Remember that books allow time for chatting, answering questions, and building vocabulary and word skills. Each may also be used to begin a month-long theme with crafts and items as described below.

Sing a Song

Songs for the holidays are another great way to get in some fluency, articulation, and confidence building. Kids love to find and will adore hearing familiar tunes tell a new story. A great resource for holiday songs is The Holiday Zone. For Martin Luther King, Jr. Day, they have songs that go along to many favorites that everyone will recognize.

Expressing Our Dreams

Allowing children to think and verbally express their thoughts on dreams is a big skill. Children may be afraid to assert their views and afraid that they may be wrong or not say something correct. Be sure to let them know that there is no right or wrong, their dreams are personal and practice is important with speech. To help with talking about these items, incorporating a craft on the topic will usually make it easier for kids to open up. A few examples are below with links to photos and material lists.

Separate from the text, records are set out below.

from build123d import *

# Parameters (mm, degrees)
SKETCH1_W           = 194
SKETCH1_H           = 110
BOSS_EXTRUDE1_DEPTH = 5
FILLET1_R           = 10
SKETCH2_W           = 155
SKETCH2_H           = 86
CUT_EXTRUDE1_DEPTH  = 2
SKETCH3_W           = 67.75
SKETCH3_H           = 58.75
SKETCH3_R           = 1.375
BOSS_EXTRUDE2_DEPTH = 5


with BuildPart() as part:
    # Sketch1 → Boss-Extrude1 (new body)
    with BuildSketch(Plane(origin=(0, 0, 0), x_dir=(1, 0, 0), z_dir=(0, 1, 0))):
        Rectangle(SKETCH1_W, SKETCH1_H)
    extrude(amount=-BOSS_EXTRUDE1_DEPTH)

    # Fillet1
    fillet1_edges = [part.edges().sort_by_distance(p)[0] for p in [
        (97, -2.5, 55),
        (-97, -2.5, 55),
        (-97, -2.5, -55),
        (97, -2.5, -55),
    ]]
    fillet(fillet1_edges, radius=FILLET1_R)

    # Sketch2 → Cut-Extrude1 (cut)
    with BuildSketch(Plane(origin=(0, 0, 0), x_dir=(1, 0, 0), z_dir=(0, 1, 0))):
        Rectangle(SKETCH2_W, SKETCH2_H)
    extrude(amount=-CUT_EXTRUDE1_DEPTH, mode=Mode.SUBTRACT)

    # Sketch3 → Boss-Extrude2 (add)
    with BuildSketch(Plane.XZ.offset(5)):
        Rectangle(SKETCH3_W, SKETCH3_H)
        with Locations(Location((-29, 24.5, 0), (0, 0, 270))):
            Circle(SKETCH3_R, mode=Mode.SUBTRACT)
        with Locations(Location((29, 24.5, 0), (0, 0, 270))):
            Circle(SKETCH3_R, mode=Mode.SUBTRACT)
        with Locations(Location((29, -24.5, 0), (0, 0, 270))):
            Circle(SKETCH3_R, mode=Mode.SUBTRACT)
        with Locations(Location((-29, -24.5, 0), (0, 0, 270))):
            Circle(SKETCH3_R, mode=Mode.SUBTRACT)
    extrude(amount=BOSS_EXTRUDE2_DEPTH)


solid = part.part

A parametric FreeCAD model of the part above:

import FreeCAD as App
import Part
import Sketcher

V = App.Vector


def edges_at(feature, points):
    """Names of the edges that pass closest to the given points."""
    edges = feature.Shape.Edges
    near = lambda p: min(range(len(edges)), key=lambda i: edges[i].distToShape(Part.Vertex(*p))[0])
    return sorted({f"Edge{near(p) + 1}" for p in points})


def add_polygon(sketch, points):
    """Adds a closed chain of lines whose ends are joined by coincident constraints."""
    first, n = sketch.GeometryCount, len(points)
    for a, b in zip(points, points[1:] + points[:1]):
        sketch.addGeometry(Part.LineSegment(App.Vector(*a, 0), App.Vector(*b, 0)), False)
    for i in range(n):
        sketch.addConstraint(Sketcher.Constraint("Coincident", first + i, 2, first + (i + 1) % n, 1))

doc = App.newDocument("Part")
body = doc.addObject("PartDesign::Body", "Body")

# Sketch on XZ plane
sketch1 = body.newObject("Sketcher::SketchObject", "Sketch")
sketch1.AttachmentSupport = (doc.getObject("XZ_Plane"), [""])
sketch1.MapMode = "FlatFace"
add_polygon(sketch1, [(-97, -55), (-97, 55), (97, 55), (97, -55)])  # lines 0-3
sketch1.addConstraint([
    Sketcher.Constraint("Vertical", 0),
    Sketcher.Constraint("Horizontal", 1),
    Sketcher.Constraint("Vertical", 2),
    Sketcher.Constraint("Horizontal", 3),
    Sketcher.Constraint("Symmetric", 0, 2, 2, 2, -1, 1),
    Sketcher.Constraint("DistanceX", 1, 1, 1, 2, 194.0),
    Sketcher.Constraint("DistanceY", 0, 1, 0, 2, 110.0),
])
pad1 = body.newObject("PartDesign::Pad", "Pad")
pad1.Profile = sketch1
pad1.Length = 5
doc.recompute()

fillet = body.newObject("PartDesign::Fillet", "Fillet")
fillet.Base = (pad1, edges_at(pad1, [
    (97, -2.5, 55),
    (-97, -2.5, 55),
    (-97, -2.5, -55),
    (97, -2.5, -55),
]))
fillet.Radius = 10

# Sketch on XZ plane
sketch2 = body.newObject("Sketcher::SketchObject", "Sketch001")
sketch2.AttachmentSupport = (doc.getObject("XZ_Plane"), [""])
sketch2.MapMode = "FlatFace"
add_polygon(sketch2, [(-77.5, -43), (-77.5, 43), (77.5, 43), (77.5, -43)])  # lines 0-3
sketch2.addConstraint([
    Sketcher.Constraint("Vertical", 0),
    Sketcher.Constraint("Horizontal", 1),
    Sketcher.Constraint("Vertical", 2),
    Sketcher.Constraint("Horizontal", 3),
    Sketcher.Constraint("Symmetric", 0, 2, 2, 2, -1, 1),
    Sketcher.Constraint("DistanceX", 1, 1, 1, 2, 155.0),
    Sketcher.Constraint("DistanceY", 0, 1, 0, 2, 86.0),
])
pocket1 = body.newObject("PartDesign::Pocket", "Pocket")
pocket1.Profile = sketch2
pocket1.Length = 2
pocket1.Reversed = True

# Sketch on XZ plane
sketch3 = body.newObject("Sketcher::SketchObject", "Sketch002")
sketch3.AttachmentSupport = (doc.getObject("XZ_Plane"), [""])
sketch3.MapMode = "FlatFace"
sketch3.AttachmentOffset = App.Placement(V(0, 0, 5), App.Rotation())
add_polygon(sketch3, [(-33.875, 29.375), (-33.875, -29.375), (33.875, -29.375), (33.875, 29.375)])  # lines 0-3
sketch3.addGeometry(Part.Circle(V(-29, -24.5, 0), V(0, 0, 1), 1.375), False)  # 4
sketch3.addGeometry(Part.Circle(V(29, -24.5, 0), V(0, 0, 1), 1.375), False)  # 5
sketch3.addGeometry(Part.Circle(V(-29, 24.5, 0), V(0, 0, 1), 1.375), False)  # 6
sketch3.addGeometry(Part.Circle(V(29, 24.5, 0), V(0, 0, 1), 1.375), False)  # 7
sketch3.addConstraint([
    Sketcher.Constraint("Vertical", 0),
    Sketcher.Constraint("Horizontal", 1),
    Sketcher.Constraint("Vertical", 2),
    Sketcher.Constraint("Horizontal", 3),
    Sketcher.Constraint("Equal", 4, 5),
    Sketcher.Constraint("Equal", 5, 6),
    Sketcher.Constraint("Equal", 6, 7),
    Sketcher.Constraint("Symmetric", 5, 3, 6, 3, -1, 1),
    Sketcher.Constraint("Symmetric", 4, 3, 7, 3, -1, 1),
    Sketcher.Constraint("Symmetric", 0, 2, 2, 2, -1, 1),
    Sketcher.Constraint("Symmetric", 4, 3, 5, 3, -2),
    Sketcher.Constraint("Diameter", 4, 2.75),
    Sketcher.Constraint("DistanceX", 4, 3, -1, 1, 29.0),
    Sketcher.Constraint("DistanceY", 4, 3, 6, 3, 49.0),
    Sketcher.Constraint("DistanceX", 1, 1, 1, 2, 67.75),
    Sketcher.Constraint("DistanceY", 0, 2, 0, 1, 58.75),
])
pad2 = body.newObject("PartDesign::Pad", "Pad001")
pad2.Profile = sketch3
pad2.Length = 5

doc.recompute()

There are countless other ideas out there, and the sky is the limit if you use your imagination. No matter what you choose to do, take time to encourage children to share their diversity and multicultural identities. Send a letter home to parents letting them know what you are doing and ask them to share anything that they have dreamed about or accomplished as a family. Reaching out and making this personal will often keep children and adults more actively engaged.